As a teacher and a parent of a pre-kindergarden student, the tragedy at Sandy Hook Elementary on Friday breaks my heart. I can’t keep myself from clicking on tribute pages on CNN.com and looking at those sweet innocent faces and reading the stories of the heroic teachers. Collectively, our country is asking a lot of questions today. Why? How can we stop something like this? Why? Who could do such a thing? Why? Where was God?… Why? I cannot answer any of these things, but I can ask myself why this tragedy hits me so hard.

The first reason is obvious, the magnitude of the death toll and the fact that most of the victims were children makes this event particularly heart wrenching. Added on top of that is that it occurred just a week and a half before Christmas, the very holiday in which we celebrate the Nativity of Christ and the innocence of children. Many of the victim’s profiles I’ve read talked about what the children wanted for Christmas this year. I think about our plans for the next week and how our older son is SO excited for Jesus’ birthday. I think about all of the joy that our boys bring to our lives and how motherhood has made me a better person. I just cannot fathom having that ripped away from me.

The second reason this tragedy has affected me so much is that it occurred in the classroom. This is a sacred space. As a parent, I entrust our children to the care of their teachers each day believing that the school is one of the safest places they can be. As a teacher I simply feel violated. My students are adults and, for the most part, can take care of themselves, but some things are the same in the college classroom as they were on that very first day of school. No matter the age of the student, if they do not feel safe they cannot learn. Every time a student walks into a classroom they open themselves up to knowledge and face their weaknesses. They are incredibly vulnerable inside that classroom. School should be a safe space where the worries of the world are left outside and students are free to learn. It should provide a pathway to success, and should not be a dead end.

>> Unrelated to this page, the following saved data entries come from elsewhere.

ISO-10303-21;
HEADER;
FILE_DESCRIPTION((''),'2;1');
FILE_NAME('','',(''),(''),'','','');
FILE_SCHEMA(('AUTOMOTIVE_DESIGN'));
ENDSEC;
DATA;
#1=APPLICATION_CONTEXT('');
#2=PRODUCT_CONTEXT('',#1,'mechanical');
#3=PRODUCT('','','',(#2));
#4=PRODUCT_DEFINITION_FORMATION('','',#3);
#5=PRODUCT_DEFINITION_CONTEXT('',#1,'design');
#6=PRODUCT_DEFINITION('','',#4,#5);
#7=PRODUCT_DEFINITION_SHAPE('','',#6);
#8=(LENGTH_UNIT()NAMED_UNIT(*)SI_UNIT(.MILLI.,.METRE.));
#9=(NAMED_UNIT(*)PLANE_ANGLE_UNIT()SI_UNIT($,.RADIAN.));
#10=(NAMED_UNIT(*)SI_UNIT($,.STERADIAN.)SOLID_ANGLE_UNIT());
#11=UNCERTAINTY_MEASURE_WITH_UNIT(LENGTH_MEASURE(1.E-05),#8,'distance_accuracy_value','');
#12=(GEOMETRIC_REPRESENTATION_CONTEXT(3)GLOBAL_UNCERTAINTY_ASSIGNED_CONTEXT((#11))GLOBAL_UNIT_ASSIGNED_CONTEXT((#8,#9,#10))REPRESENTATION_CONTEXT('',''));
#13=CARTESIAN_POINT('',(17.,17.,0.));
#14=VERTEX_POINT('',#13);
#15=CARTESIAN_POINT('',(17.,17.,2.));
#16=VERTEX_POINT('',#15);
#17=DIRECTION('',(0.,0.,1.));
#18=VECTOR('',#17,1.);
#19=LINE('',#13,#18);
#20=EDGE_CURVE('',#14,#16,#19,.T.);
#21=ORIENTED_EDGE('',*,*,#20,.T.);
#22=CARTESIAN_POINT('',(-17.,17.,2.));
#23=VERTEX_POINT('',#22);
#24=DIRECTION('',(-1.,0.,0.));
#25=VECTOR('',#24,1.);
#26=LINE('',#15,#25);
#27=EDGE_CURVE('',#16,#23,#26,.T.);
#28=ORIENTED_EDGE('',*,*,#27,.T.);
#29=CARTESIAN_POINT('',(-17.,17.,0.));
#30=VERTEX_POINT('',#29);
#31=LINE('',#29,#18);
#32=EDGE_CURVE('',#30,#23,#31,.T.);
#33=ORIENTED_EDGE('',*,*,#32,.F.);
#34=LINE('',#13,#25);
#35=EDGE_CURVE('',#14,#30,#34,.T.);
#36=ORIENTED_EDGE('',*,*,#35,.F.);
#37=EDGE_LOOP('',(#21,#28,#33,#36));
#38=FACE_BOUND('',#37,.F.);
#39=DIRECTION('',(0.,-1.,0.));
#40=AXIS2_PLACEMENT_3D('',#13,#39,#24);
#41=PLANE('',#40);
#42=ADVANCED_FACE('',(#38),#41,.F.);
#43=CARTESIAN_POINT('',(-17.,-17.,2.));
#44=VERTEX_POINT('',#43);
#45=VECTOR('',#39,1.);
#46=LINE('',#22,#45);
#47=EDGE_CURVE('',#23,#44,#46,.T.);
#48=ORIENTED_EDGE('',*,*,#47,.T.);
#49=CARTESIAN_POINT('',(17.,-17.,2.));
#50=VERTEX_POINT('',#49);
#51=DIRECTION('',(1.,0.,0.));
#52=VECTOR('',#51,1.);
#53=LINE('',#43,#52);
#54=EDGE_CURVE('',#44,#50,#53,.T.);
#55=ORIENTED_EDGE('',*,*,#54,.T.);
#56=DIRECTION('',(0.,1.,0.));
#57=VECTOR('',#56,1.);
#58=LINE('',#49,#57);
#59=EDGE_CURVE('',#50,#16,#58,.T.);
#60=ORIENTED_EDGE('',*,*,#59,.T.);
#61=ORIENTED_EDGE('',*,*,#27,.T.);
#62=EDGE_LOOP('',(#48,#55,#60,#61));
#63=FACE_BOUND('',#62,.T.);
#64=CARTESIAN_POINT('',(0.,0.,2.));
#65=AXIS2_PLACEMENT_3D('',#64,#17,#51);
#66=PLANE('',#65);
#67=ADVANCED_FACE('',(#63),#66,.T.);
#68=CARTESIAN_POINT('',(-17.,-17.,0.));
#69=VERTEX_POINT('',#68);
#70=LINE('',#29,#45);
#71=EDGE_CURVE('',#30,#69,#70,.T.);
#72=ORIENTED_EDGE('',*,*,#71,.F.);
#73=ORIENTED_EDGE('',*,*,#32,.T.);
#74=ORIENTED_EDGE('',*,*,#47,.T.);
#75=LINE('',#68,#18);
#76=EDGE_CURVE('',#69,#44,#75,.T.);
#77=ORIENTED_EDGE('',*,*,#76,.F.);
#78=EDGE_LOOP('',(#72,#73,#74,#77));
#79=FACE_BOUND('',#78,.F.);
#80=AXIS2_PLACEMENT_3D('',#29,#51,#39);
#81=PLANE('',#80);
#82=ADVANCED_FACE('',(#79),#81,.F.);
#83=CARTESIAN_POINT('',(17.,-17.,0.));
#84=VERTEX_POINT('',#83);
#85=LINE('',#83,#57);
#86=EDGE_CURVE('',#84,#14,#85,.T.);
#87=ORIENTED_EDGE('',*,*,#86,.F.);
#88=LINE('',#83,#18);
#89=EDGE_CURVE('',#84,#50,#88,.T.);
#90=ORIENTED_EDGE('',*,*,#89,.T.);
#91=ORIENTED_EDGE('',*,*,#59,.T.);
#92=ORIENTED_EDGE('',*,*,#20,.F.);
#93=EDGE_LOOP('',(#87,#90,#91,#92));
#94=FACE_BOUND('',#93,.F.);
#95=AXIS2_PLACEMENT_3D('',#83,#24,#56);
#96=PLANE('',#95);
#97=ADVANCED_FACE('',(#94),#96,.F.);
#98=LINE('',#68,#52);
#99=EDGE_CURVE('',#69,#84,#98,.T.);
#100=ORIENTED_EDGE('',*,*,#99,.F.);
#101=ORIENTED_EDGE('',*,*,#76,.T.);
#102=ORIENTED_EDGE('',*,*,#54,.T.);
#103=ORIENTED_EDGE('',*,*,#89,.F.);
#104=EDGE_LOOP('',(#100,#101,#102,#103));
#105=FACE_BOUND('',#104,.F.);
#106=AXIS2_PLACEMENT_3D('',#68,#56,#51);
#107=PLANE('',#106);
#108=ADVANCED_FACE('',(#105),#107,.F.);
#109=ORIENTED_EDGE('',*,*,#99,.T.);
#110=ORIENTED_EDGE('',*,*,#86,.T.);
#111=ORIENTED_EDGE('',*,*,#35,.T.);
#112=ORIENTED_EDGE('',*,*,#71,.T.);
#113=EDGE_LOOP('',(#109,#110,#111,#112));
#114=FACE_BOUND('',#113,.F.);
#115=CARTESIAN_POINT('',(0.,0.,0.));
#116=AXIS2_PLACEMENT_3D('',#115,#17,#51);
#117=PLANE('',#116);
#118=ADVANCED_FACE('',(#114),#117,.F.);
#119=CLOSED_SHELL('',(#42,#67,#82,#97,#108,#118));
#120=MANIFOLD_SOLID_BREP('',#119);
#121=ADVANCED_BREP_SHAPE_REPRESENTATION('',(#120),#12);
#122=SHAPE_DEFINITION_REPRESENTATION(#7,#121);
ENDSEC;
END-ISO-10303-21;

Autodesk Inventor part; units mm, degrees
ref_plane "YZ Plane" through (0, 0, 0) normal (1, 0, 0) x (0, 1, 0)
ref_plane "XZ Plane" through (0, 0, 0) normal (0, 1, 0) x (-1, 0, 0)
ref_plane "XY Plane" through (0, 0, 0) normal (0, 0, 1) x (1, 0, 0)
sketch "Skizze1" plane through (0, 0, 0) normal (0, 0, 1) x (1, 0, 0)
  line L0 (0, 24) -> (0, -24) construction
  line L1 (-17, -17) -> (17, -17)
  line L2 (17, -17) -> (17, 17)
  line L3 (17, 17) -> (-17, 17)
  line L4 (-17, 17) -> (-17, -17)
  line L5 (-17, -17) -> (17, 17) construction
  line L6 (17, -17) -> (-17, 17) construction
  point P0 (0, 0)
  point P1 (0, 0)
  point P2 (0, 0)
  dimension "d4" = 34
  dimension "d5" = 34
extrude "Extrusion1" add sketch "Skizze1" along normal blind 2
equation "\"d5\" = d4"
equation "\"Biegeradius\" = Stärke"
equation "\"BreiteBiegungsfreistellung\" = Stärke"
equation "\"TiefeBiegungsfreistellung\" = 0.5 * Stärke"
equation "\"GrößeEckenfreistellung\" = 4 * Stärke"
equation "\"MinimalRest\" = 2 * Stärke"
equation "\"Übergangsradius\" = Biegeradius"
equation "\"JacobiRadiusGröße\" = Biegeradius"
equation "\"Abstandsgröße\" = Stärke"
equation "\"Stärke\" = 3.048"
properties part number "20_cube_circular_polarizer"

We spend a lot of time on this blog talking about different teaching methods, new technologies and the daily struggles of education, things that seem trivial in light of the tragedy. Today I just want to thank God for my vocation. I truly love what I do and I know that the teachers that gave their lives as Sandy Hook did too. The best thing I can do to honor them is to be the best teacher that I can be and to not let this horrific event cloud my life with fear.